Mappare le varianti della malattia di Alzheimer ai loro geni bersaglio utilizzando l'analisi computazionale della configurazione della cromatina

Presentiamo un protocollo per identificare le implicazioni funzionali delle varianti non codificanti identificate dagli studi di associazione a livello di genoma (GWAS) utilizzando interazioni tridimensionali della cromatina.

Mentre i GWAS hanno identificato con successo le regioni genomiche associate ai tratti e alle malattie umane, l'impatto biologico di queste varianti di rischio non è chiaro. Qui delineamo un protocollo per prevedere computazalmente i geni bersaglio putativi delle varianti di rischio GWAS utilizzando profili di interazione della cromatina. Spesso l'identificazione dei geni a rischio è un primo passo per comprendere i meccanismi della malattia e consentire normali approcci terapeutici.

Speriamo che i risultati di questo lavoro possano alla fine portare a strategie definitive per diagnosticare e curare il morbo di Alzheimer. Il vantaggio principale di questa tecnica è che utilizzando frequenze di contatto del cromotone 3D possiamo identificare i geni affetti dalla varianza del rischio di Alzheimer anche se sono a migliaia o addirittura milioni di coppie di basi di distanza. Quando si tenta questo protocollo, la familiarità con il sistema di coppia R o X è fondamentale perché si prevede che l'utente conduca l'intero protocollo con il sistema.

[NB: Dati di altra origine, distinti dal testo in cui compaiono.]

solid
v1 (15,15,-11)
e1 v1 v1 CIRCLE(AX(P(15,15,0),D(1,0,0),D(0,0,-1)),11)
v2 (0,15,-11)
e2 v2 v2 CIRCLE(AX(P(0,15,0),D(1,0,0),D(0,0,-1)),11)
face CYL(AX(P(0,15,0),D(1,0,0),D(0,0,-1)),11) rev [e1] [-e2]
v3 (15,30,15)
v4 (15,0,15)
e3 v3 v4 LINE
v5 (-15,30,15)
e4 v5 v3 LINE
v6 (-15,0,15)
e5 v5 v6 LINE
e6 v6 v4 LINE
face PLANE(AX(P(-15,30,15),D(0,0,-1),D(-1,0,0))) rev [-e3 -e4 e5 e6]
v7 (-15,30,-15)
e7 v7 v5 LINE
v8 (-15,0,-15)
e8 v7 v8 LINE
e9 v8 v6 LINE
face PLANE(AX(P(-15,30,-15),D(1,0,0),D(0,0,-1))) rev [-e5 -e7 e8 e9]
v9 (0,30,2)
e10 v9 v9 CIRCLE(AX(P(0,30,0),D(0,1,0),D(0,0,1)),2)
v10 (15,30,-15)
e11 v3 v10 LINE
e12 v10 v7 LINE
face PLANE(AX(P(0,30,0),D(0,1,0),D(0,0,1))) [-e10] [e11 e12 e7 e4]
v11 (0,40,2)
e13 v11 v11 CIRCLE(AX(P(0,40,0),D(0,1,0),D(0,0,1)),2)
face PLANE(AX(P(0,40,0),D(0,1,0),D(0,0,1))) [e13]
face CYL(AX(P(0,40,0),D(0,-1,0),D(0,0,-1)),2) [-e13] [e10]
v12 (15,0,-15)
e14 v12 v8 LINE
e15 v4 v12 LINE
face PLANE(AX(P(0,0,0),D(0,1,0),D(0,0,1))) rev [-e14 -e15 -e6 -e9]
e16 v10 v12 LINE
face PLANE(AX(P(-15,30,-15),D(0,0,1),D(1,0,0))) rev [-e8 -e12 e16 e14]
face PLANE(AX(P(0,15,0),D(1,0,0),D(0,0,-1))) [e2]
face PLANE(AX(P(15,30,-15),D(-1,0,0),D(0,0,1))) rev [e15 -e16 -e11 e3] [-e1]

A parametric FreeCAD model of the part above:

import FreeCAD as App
import Part
import Sketcher


def add_polygon(sketch, points):
    """Adds a closed chain of lines whose ends are joined by coincident constraints."""
    first, n = sketch.GeometryCount, len(points)
    for a, b in zip(points, points[1:] + points[:1]):
        sketch.addGeometry(Part.LineSegment(App.Vector(*a, 0), App.Vector(*b, 0)), False)
    for i in range(n):
        sketch.addConstraint(Sketcher.Constraint("Coincident", first + i, 2, first + (i + 1) % n, 1))

doc = App.newDocument("Part")
params = doc.addObject("Spreadsheet::Sheet", "Params")
for row, (alias, value) in enumerate([
    ("sketch1_width", "30 mm"),
    ("pad1_length", "30 mm"),
    ("sketch2_diameter", "22 mm"),
    ("pocket1_length", "15 mm"),
    ("sketch3_diameter", "4 mm"),
    ("pad2_length", "10 mm"),
], start=1):
    params.set(f"A{row}", alias)
    params.set(f"B{row}", "=" + value)
    params.setAlias(f"B{row}", alias)

body = doc.addObject("PartDesign::Body", "Body")

# Sketch on XZ plane
sketch1 = body.newObject("Sketcher::SketchObject", "Sketch")
sketch1.AttachmentSupport = (doc.getObject("XZ_Plane"), [""])
sketch1.MapMode = "FlatFace"
add_polygon(sketch1, [(-15, -15), (-15, 15), (15, 15), (15, -15)])  # lines 0-3
sketch1.addConstraint([
    Sketcher.Constraint("Vertical", 0),
    Sketcher.Constraint("Horizontal", 1),
    Sketcher.Constraint("Vertical", 2),
    Sketcher.Constraint("Horizontal", 3),
    Sketcher.Constraint("Symmetric", 0, 2, 2, 2, -1, 1),
    Sketcher.Constraint("Equal", 3, 0),
    Sketcher.Constraint("DistanceX", 1, 1, 1, 2, 30.0),
])
sketch1.setExpression("Constraints[10]", "Params.sketch1_width")
pad1 = body.newObject("PartDesign::Pad", "Pad")
pad1.Profile = sketch1
pad1.setExpression("Length", "Params.pad1_length")
pad1.Reversed = True

# Sketch on YZ plane
sketch2 = body.newObject("Sketcher::SketchObject", "Sketch001")
sketch2.AttachmentSupport = (doc.getObject("YZ_Plane"), [""])
sketch2.MapMode = "FlatFace"
sketch2.AttachmentOffset = App.Placement(App.Vector(0, 0, 15), App.Rotation())
sketch2.addGeometry(Part.Circle(App.Vector(15, 0, 0), App.Vector(0, 0, 1), 11), False)
sketch2.addConstraint([
    Sketcher.Constraint("PointOnObject", 0, 3, -1),
    Sketcher.Constraint("Diameter", 0, 22.0),
    Sketcher.Constraint("DistanceX", -1, 1, 0, 3, 15.0),
])
sketch2.setExpression("Constraints[1]", "Params.sketch2_diameter")
pocket1 = body.newObject("PartDesign::Pocket", "Pocket")
pocket1.Profile = sketch2
pocket1.setExpression("Length", "Params.pocket1_length")

# Sketch on XZ plane
sketch3 = body.newObject("Sketcher::SketchObject", "Sketch002")
sketch3.AttachmentSupport = (doc.getObject("XZ_Plane"), [""])
sketch3.MapMode = "FlatFace"
sketch3.AttachmentOffset = App.Placement(App.Vector(0, 0, -30), App.Rotation())
sketch3.addGeometry(Part.Circle(App.Vector(0, 0, 0), App.Vector(0, 0, 1), 2), False)
sketch3.addConstraint([
    Sketcher.Constraint("Coincident", 0, 3, -1, 1),
    Sketcher.Constraint("Diameter", 0, 4.0),
])
sketch3.setExpression("Constraints[1]", "Params.sketch3_diameter")
pad2 = body.newObject("PartDesign::Pad", "Pad001")
pad2.Profile = sketch3
pad2.setExpression("Length", "Params.pad2_length")
pad2.Reversed = True

doc.recompute()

Per eseguire questo protocollo computazionale, fare riferimento al codice nel manoscritto testuale o sullo schermo. Inizia, impostandolo in R, per generare un oggetto gamme G per polimorfismi nucleatide credibili e singoli o SNPS. Per la mappatura posizionale, impostare in R, quindi caricare il promotore e l'area esonica e generare un oggetto intervallo G.

Sovrapporre l'SNPS credibile alle regioni esoniche e alle regioni promotrice. Per collegare l'SNPS ai loro geni bersaglio putativi usando le interazioni Chromaton, caricare il set di dati Hi C e generare un oggetto intervallo G. Sovrapponi l'SNPS credibile all'oggetto gamma Hi C G.

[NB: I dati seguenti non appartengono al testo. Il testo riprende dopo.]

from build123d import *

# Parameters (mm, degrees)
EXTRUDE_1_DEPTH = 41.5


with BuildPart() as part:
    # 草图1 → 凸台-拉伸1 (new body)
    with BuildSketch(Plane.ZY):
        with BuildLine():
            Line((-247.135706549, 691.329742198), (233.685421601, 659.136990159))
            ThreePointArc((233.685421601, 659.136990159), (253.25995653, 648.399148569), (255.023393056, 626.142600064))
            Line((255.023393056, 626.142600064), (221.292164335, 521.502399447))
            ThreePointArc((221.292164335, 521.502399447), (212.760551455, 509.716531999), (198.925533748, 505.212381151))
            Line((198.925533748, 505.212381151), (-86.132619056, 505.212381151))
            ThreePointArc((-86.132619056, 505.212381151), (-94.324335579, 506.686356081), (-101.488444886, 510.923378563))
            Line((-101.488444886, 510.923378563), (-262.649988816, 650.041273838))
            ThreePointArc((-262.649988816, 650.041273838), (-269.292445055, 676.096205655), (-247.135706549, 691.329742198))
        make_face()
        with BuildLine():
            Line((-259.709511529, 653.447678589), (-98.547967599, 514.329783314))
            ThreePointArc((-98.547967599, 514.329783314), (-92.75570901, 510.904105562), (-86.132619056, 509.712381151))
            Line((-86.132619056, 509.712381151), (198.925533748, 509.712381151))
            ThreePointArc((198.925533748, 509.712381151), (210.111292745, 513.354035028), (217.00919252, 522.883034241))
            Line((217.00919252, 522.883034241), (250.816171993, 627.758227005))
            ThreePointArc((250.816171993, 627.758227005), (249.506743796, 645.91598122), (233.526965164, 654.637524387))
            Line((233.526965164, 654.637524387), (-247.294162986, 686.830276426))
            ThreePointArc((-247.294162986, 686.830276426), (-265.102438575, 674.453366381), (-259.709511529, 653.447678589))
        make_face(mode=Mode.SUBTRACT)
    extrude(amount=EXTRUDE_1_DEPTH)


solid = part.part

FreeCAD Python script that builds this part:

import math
import FreeCAD as App
import Part
import Sketcher

V = App.Vector
Q = App.Units.Quantity

doc = App.newDocument("Part")
params = doc.addObject("Spreadsheet::Sheet", "Params")
for row, (alias, value) in enumerate([
    ("sketch1_radius", "19 mm"),
    ("sketch1_radius2", "19 mm"),
    ("sketch1_radius3", "19 mm"),
    ("sketch1_radius4", "19 mm"),
    ("sketch1_radius5", "23.5 mm"),
    ("pad1_length", "41.5 mm"),
], start=1):
    params.set(f"A{row}", alias)
    params.set(f"B{row}", "=" + value)
    params.setAlias(f"B{row}", alias)

body = doc.addObject("PartDesign::Body", "Body")

# Sketch on YZ plane
sketch1 = doc.addObject("Sketcher::SketchObject", "Sketch")
body.addObject(sketch1)
sketch1.AttachmentSupport = (doc.YZ_Plane, [""])
sketch1.MapMode = "FlatFace"
sketch1.addGeometry([
    Part.LineSegment(V(659.13699, 233.685422, 0), V(691.329742, -247.135707, 0)),  # 0
    Part.ArcOfCircle(Part.Circle(V(667.830276, -247.294163, 0), V(0, 0, 1), 23.5), math.radians(-139.198578), math.radians(0.386338)),  # 1
    Part.LineSegment(V(650.041274, -262.649989, 0), V(510.923379, -101.488445, 0)),  # 2
    Part.ArcOfCircle(Part.Circle(V(528.712381, -86.132619, 0), V(0, 0, 1), 23.5), math.radians(-180), math.radians(-139.198578)),  # 3
    Part.LineSegment(V(505.212381, -86.132619, 0), V(505.212381, 198.925534, 0)),  # 4
    Part.ArcOfCircle(Part.Circle(V(528.712381, 198.925534, 0), V(0, 0, 1), 23.5), math.radians(107.866955), math.radians(180)),  # 5
    Part.LineSegment(V(521.502399, 221.292164, 0), V(626.1426, 255.023393, 0)),  # 6
    Part.ArcOfCircle(Part.Circle(V(635.637524, 233.526965, 0), V(0, 0, 1), 23.5), math.radians(0.386338), math.radians(113.830941)),  # 7
    Part.ArcOfCircle(Part.Circle(V(667.830276, -247.294163, 0), V(0, 0, 1), 19), math.radians(-139.198578), math.radians(0)),  # 8
    Part.LineSegment(V(686.830276, -247.294163, 0), V(654.637524, 233.526965, 0)),  # 9
    Part.ArcOfCircle(Part.Circle(V(635.637524, 233.526965, 0), V(0, 0, 1), 19), math.radians(0), math.radians(114.500417)),  # 10
    Part.LineSegment(V(627.758227, 250.816172, 0), V(522.883034, 217.009193, 0)),  # 11
    Part.ArcOfCircle(Part.Circle(V(528.712381, 198.925534, 0), V(0, 0, 1), 19), math.radians(107.866955), math.radians(180)),  # 12
    Part.LineSegment(V(509.712381, 198.925534, 0), V(509.712381, -86.132619, 0)),  # 13
    Part.ArcOfCircle(Part.Circle(V(528.712381, -86.132619, 0), V(0, 0, 1), 19), math.radians(-180), math.radians(-139.198578)),  # 14
    Part.LineSegment(V(514.329783, -98.547968, 0), V(653.447679, -259.709512, 0)),  # 15
], False)
sketch1.addConstraint([
    Sketcher.Constraint("Coincident", 0, 2, 1, 2),
    Sketcher.Constraint("Coincident", 1, 1, 2, 1),
    Sketcher.Constraint("Coincident", 2, 2, 3, 2),
    Sketcher.Constraint("Coincident", 3, 1, 4, 1),
    Sketcher.Constraint("Coincident", 4, 2, 5, 2),
    Sketcher.Constraint("Coincident", 5, 1, 6, 1),
    Sketcher.Constraint("Coincident", 6, 2, 7, 2),
    Sketcher.Constraint("Coincident", 7, 1, 0, 1),
    Sketcher.Constraint("Coincident", 8, 2, 9, 1),
    Sketcher.Constraint("Coincident", 9, 2, 10, 1),
    Sketcher.Constraint("Coincident", 10, 2, 11, 1),
    Sketcher.Constraint("Coincident", 11, 2, 12, 1),
    Sketcher.Constraint("Coincident", 12, 2, 13, 1),
    Sketcher.Constraint("Coincident", 13, 2, 14, 1),
    Sketcher.Constraint("Coincident", 14, 2, 15, 1),
    Sketcher.Constraint("Coincident", 15, 2, 8, 1),
    Sketcher.Constraint("Vertical", 4),
    Sketcher.Constraint("Vertical", 13),
    Sketcher.Constraint("Coincident", 8, 3, 1, 3),
    Sketcher.Constraint("Coincident", 10, 3, 7, 3),
    Sketcher.Constraint("Coincident", 12, 3, 5, 3),
    Sketcher.Constraint("Coincident", 14, 3, 3, 3),
    Sketcher.Constraint("Radius", 8, Q("19 mm")),
    Sketcher.Constraint("Radius", 10, Q("19 mm")),
    Sketcher.Constraint("Radius", 12, Q("19 mm")),
    Sketcher.Constraint("Radius", 14, Q("19 mm")),
    Sketcher.Constraint("Radius", 1, Q("23.5 mm")),
    Sketcher.Constraint("Radius", 3, Q("23.5 mm")),
    Sketcher.Constraint("Radius", 7, Q("23.5 mm")),
    Sketcher.Constraint("DistanceX", -1, 1, 5, 1, Q("521.502399 mm")),
    Sketcher.Constraint("DistanceX", -1, 1, 6, 2, Q("626.1426 mm")),
    Sketcher.Constraint("DistanceY", 5, 1, 7, 3, Q("12.234801 mm")),
    Sketcher.Constraint("DistanceY", 11, 2, 6, 2, Q("38.014201 mm")),
    Sketcher.Constraint("Distance", 2, Q("212.900991 mm")),
    Sketcher.Constraint("Distance", 15, Q("212.900991 mm")),
    Sketcher.Constraint("DistanceY", 4, 1, 4, 2, Q("285.058153 mm")),
    Sketcher.Constraint("DistanceY", 13, 2, 13, 1, Q("285.058153 mm")),
    Sketcher.Constraint("DistanceX", -1, 1, 3, 3, Q("528.712381 mm")),
    Sketcher.Constraint("DistanceY", 3, 3, -1, 1, Q("86.132619 mm")),
    Sketcher.Constraint("DistanceY", 1, 1, -1, 1, Q("262.649989 mm")),
    Sketcher.Constraint("DistanceX", -1, 1, 2, 2, Q("510.923379 mm")),
    Sketcher.Constraint("DistanceY", 3, 1, -1, 1, Q("86.132619 mm")),
    Sketcher.Constraint("DistanceX", -1, 1, 7, 1, Q("659.13699 mm")),
    Sketcher.Constraint("DistanceY", -1, 1, 7, 1, Q("233.685422 mm")),
    Sketcher.Constraint("DistanceY", -1, 1, 10, 2, Q("250.816172 mm")),
    Sketcher.Constraint("DistanceY", 13, 2, -1, 1, Q("86.132619 mm")),
    Sketcher.Constraint("DistanceX", -1, 1, 15, 2, Q("653.447679 mm")),
    Sketcher.Constraint("DistanceY", 1, 3, 7, 3, Q("480.821128 mm")),
    Sketcher.Constraint("DistanceX", 3, 3, 0, 2, Q("162.617361 mm")),
    Sketcher.Constraint("DistanceY", 0, 2, 5, 3, Q("446.06124 mm")),
    Sketcher.Constraint("DistanceY", 5, 3, 9, 2, Q("34.601431 mm")),
    Sketcher.Constraint("DistanceY", 15, 2, 8, 2, Q("12.415349 mm")),
])
sketch1.setExpression("Constraints[22]", "Params.sketch1_radius")
sketch1.setExpression("Constraints[23]", "Params.sketch1_radius2")
sketch1.setExpression("Constraints[24]", "Params.sketch1_radius3")
sketch1.setExpression("Constraints[25]", "Params.sketch1_radius4")
sketch1.setExpression("Constraints[26]", "Params.sketch1_radius5")
pad1 = doc.addObject("PartDesign::Pad", "Pad")
body.addObject(pad1)
pad1.Profile = sketch1
pad1.setExpression("Length", "Params.pad1_length")
pad1.Reversed = True

doc.recompute()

E compilare geni candidati ad AD, definiti dalla mappatura posizionale e dai profili di interazione del cromotone. Quindi, esplora le traiettorie di sviluppo. Impostare in R ed elaborare i metadati dell'espressione.

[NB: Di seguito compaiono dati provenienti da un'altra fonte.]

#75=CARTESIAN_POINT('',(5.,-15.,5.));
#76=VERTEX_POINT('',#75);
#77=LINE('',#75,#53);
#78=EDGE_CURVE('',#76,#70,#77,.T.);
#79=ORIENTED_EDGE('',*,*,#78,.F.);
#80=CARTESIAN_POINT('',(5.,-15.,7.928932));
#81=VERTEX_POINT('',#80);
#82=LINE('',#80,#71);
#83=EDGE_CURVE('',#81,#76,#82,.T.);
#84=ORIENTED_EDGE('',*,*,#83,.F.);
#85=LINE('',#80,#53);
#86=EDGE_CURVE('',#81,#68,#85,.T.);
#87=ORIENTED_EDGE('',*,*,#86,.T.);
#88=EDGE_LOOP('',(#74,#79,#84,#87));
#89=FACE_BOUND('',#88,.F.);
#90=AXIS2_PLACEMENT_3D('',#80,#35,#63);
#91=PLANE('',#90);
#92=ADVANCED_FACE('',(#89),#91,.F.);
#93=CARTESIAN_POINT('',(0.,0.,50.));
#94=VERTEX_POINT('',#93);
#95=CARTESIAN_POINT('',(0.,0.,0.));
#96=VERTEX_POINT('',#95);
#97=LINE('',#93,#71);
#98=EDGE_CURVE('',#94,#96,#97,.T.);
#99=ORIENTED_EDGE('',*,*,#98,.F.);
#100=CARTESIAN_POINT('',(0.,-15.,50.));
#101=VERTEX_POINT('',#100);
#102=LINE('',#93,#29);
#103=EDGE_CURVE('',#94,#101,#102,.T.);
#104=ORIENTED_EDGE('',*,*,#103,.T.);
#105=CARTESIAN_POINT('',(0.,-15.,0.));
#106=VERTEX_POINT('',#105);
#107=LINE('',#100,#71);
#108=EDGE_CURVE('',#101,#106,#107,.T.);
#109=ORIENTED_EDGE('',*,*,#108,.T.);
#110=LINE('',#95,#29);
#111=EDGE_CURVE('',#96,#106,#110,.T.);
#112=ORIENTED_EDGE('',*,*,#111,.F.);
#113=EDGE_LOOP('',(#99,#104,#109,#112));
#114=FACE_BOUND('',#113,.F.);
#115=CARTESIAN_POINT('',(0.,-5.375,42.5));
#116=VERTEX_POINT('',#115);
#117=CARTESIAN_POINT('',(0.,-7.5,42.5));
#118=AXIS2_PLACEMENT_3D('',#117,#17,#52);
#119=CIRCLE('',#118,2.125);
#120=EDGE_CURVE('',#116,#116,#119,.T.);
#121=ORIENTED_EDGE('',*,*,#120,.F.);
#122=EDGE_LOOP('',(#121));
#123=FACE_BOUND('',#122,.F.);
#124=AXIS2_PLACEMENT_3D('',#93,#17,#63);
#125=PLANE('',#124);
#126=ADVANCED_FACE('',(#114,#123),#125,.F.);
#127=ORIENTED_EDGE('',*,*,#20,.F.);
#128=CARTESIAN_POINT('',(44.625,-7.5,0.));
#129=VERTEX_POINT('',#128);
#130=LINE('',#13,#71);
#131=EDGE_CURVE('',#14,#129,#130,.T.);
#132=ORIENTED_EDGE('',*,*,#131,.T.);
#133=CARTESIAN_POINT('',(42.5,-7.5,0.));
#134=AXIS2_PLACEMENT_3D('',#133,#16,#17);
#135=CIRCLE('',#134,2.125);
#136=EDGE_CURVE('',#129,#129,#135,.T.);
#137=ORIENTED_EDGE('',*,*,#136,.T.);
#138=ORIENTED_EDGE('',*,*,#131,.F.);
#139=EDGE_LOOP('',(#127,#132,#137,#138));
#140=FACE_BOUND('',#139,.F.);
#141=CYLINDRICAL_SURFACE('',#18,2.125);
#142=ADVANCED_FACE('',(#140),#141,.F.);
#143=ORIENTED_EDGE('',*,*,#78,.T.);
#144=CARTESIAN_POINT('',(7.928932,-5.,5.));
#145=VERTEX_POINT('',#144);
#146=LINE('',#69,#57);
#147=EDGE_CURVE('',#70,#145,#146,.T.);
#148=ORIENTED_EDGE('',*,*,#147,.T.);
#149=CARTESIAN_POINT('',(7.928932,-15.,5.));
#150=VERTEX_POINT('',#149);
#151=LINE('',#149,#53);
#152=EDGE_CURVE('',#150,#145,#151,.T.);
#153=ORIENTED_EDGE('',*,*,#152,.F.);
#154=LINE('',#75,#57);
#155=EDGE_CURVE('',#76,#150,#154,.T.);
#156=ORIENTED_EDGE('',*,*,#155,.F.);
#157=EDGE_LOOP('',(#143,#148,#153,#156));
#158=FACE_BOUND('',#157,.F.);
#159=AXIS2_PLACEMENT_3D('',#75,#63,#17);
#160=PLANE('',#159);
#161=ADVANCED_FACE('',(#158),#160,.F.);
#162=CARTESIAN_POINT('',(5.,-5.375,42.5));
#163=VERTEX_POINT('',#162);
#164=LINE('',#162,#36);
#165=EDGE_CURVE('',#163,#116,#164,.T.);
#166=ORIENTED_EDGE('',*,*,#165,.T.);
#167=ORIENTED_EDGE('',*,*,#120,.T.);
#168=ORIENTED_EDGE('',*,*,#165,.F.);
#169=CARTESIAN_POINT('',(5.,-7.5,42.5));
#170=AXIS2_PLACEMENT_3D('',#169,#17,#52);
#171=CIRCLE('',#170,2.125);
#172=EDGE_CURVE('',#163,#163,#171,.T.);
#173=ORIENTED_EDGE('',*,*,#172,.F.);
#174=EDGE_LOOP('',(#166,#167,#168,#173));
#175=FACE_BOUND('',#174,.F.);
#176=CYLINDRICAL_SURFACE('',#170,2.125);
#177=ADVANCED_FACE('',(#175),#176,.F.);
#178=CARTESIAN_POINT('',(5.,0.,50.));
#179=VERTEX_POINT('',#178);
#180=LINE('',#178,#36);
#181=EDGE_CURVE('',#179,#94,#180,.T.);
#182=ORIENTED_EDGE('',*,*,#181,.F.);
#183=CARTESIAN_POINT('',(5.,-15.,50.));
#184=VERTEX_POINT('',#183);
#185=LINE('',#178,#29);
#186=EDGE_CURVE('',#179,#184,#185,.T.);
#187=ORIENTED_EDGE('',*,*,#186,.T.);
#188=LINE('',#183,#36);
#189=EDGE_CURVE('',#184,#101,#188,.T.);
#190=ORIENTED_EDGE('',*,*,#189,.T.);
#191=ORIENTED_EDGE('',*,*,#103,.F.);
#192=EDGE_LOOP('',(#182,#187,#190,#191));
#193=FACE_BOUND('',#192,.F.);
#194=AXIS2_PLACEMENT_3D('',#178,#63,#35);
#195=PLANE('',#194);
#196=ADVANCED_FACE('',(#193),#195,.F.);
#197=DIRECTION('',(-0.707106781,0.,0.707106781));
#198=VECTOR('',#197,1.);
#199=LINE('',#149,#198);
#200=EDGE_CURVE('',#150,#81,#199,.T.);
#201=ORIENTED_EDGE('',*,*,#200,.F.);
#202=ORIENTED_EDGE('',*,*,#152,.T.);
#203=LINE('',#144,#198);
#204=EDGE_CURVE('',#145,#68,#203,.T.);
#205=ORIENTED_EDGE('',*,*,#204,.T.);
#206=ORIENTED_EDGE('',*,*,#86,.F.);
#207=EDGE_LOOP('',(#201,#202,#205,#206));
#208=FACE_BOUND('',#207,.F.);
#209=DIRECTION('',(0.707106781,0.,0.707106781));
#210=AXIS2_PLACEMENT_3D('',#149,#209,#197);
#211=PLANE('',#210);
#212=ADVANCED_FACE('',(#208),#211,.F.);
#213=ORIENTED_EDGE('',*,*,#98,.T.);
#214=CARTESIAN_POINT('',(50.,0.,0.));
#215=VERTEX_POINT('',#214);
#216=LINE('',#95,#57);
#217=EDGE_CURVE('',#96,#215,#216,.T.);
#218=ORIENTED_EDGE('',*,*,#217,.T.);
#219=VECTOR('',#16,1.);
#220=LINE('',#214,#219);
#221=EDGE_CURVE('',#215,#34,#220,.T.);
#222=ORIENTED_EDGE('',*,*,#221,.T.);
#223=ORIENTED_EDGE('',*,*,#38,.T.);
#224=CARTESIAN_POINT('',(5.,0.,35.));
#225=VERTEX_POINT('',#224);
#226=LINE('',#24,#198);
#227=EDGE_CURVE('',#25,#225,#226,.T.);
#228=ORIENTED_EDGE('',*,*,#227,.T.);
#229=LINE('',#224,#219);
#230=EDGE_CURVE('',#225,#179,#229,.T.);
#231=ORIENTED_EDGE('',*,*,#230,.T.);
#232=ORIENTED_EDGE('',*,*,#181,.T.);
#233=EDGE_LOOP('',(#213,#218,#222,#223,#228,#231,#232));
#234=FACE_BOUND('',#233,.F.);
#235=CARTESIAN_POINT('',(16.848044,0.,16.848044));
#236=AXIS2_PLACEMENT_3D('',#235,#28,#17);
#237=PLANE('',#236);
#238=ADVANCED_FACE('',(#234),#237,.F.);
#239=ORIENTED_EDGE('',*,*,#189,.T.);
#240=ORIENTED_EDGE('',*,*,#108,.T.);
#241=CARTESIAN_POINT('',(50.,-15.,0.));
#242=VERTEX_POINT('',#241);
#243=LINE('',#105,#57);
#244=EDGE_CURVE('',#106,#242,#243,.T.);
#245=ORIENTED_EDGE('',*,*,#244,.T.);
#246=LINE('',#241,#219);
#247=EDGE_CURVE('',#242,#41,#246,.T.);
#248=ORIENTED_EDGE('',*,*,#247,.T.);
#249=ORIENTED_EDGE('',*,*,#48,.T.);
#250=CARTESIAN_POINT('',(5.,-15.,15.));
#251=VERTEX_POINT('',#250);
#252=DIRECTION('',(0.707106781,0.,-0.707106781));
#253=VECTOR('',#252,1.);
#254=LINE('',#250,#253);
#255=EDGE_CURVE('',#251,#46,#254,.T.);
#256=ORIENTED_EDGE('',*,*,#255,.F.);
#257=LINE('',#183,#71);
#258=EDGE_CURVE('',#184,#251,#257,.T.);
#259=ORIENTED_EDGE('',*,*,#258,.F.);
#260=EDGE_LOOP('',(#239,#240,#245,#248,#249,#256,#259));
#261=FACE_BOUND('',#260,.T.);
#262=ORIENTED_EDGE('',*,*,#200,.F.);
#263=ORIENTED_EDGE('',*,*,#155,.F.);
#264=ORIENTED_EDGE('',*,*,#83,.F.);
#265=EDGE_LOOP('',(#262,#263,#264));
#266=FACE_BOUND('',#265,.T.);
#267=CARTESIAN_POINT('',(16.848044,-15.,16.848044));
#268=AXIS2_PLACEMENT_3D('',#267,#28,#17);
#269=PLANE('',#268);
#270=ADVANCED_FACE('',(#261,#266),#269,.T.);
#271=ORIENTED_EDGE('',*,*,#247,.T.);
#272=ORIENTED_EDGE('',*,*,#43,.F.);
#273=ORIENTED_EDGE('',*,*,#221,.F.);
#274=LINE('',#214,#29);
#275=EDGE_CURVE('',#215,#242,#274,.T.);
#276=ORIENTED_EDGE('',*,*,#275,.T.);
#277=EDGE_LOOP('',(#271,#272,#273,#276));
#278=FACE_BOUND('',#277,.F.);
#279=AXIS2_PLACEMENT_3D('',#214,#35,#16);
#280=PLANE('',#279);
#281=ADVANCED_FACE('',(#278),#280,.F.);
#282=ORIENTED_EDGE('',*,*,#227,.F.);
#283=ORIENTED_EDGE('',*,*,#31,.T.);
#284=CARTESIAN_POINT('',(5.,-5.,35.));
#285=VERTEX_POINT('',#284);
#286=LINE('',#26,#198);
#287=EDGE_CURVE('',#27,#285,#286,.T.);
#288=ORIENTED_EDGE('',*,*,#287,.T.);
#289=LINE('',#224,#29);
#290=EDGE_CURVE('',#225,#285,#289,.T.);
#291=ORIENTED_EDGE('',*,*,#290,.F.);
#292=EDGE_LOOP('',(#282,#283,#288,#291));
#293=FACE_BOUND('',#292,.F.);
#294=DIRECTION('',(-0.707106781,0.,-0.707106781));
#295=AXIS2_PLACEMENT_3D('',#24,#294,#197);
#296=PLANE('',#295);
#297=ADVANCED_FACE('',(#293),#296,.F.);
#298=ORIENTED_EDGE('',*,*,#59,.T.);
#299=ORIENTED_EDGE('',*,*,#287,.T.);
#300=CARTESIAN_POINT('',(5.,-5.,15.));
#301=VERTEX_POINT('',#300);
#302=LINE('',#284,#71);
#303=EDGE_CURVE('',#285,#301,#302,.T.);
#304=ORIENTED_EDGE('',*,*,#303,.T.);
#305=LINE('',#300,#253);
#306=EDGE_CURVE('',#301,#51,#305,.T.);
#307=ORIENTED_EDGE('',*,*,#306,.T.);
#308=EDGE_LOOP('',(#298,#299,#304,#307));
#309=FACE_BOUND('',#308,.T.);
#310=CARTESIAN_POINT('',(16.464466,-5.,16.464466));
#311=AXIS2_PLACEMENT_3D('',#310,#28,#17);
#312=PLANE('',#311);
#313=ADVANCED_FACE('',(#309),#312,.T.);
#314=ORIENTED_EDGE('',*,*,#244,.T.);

Specificare le fasi di sviluppo e selezionare le regioni corticali. Estrarre i profili di espressione dello sviluppo dei geni ad rischio ad e confrontare i livelli di espressione prenatale rispetto a quelli postnatali. Esaminare i profili di espressione di tipo cella impostando in R ed estraendo i profili di espressione cellulare del rischio di Active Media.

Infine, eseguire l'analisi dell'arricchimento delle annotazioni geniche dei geni a rischio AD. Scaricare e configurare Homer. Quindi esegui Homer e traccia i termini arricchiti con R Studio.

Un insieme di 800 SNP credibili è stato studiato utilizzando questo processo. La mappatura posizionale ha rivelato che 103 SNP si sovrapponevano ai promotori e 42 SNP si sovrapponevano a Exons, mentre l'84% degli SNP rimaneva senza preavviso. Utilizzando set di dati Hi-C nel cervello adulto, altri 208 SNP erano collegati a 64 geni basati sulla vicinanza fisica.

In totale, 284 SNP credibili ad AD sono stati mappati a 112 geni a rischio AD. I geni a rischio AD erano associati a proteine precursori amiloide, formazione beta amiloide e risposta immunitaria, che riflette la biologia nota della malattia. I profili di espressione dello sviluppo dei geni a rischio di AD hanno mostrato un marcato arricchimento postnatale indicativo dell'elevato rischio associato all'età della malattia.

Infine, i geni sono stati altamente espressi in microglia le cellule immunitarie primarie nel cervello che supportano i risultati ricorrenti che l'AD ha una forte base immunitaria. Qui usiamo i dati Hi-C del tessuto cerebrale per analizzare un impatto biologico della varianza del rischio di Alzheimer. Tuttavia, per applicare questo metodo a un altro studio GWAS, il livello dei nuovi dati Hi-C nel tessuto pertinente è fondamentale.

Questi risultati possono essere ulteriormente studiati e convalidati utilizzando tecnologie basate su crisper, test di enhancer reporter o intersecandosi con altri set di dati genomici funzionali come gli EQTL. Qui identifichiamo dozzine di geni a rischio di Alzheimer e ci aspettiamo che l'identificazione di questi geni possa aiutarci a capire il loro ruolo precedentemente sconosciuto nel morbo di Alzheimer.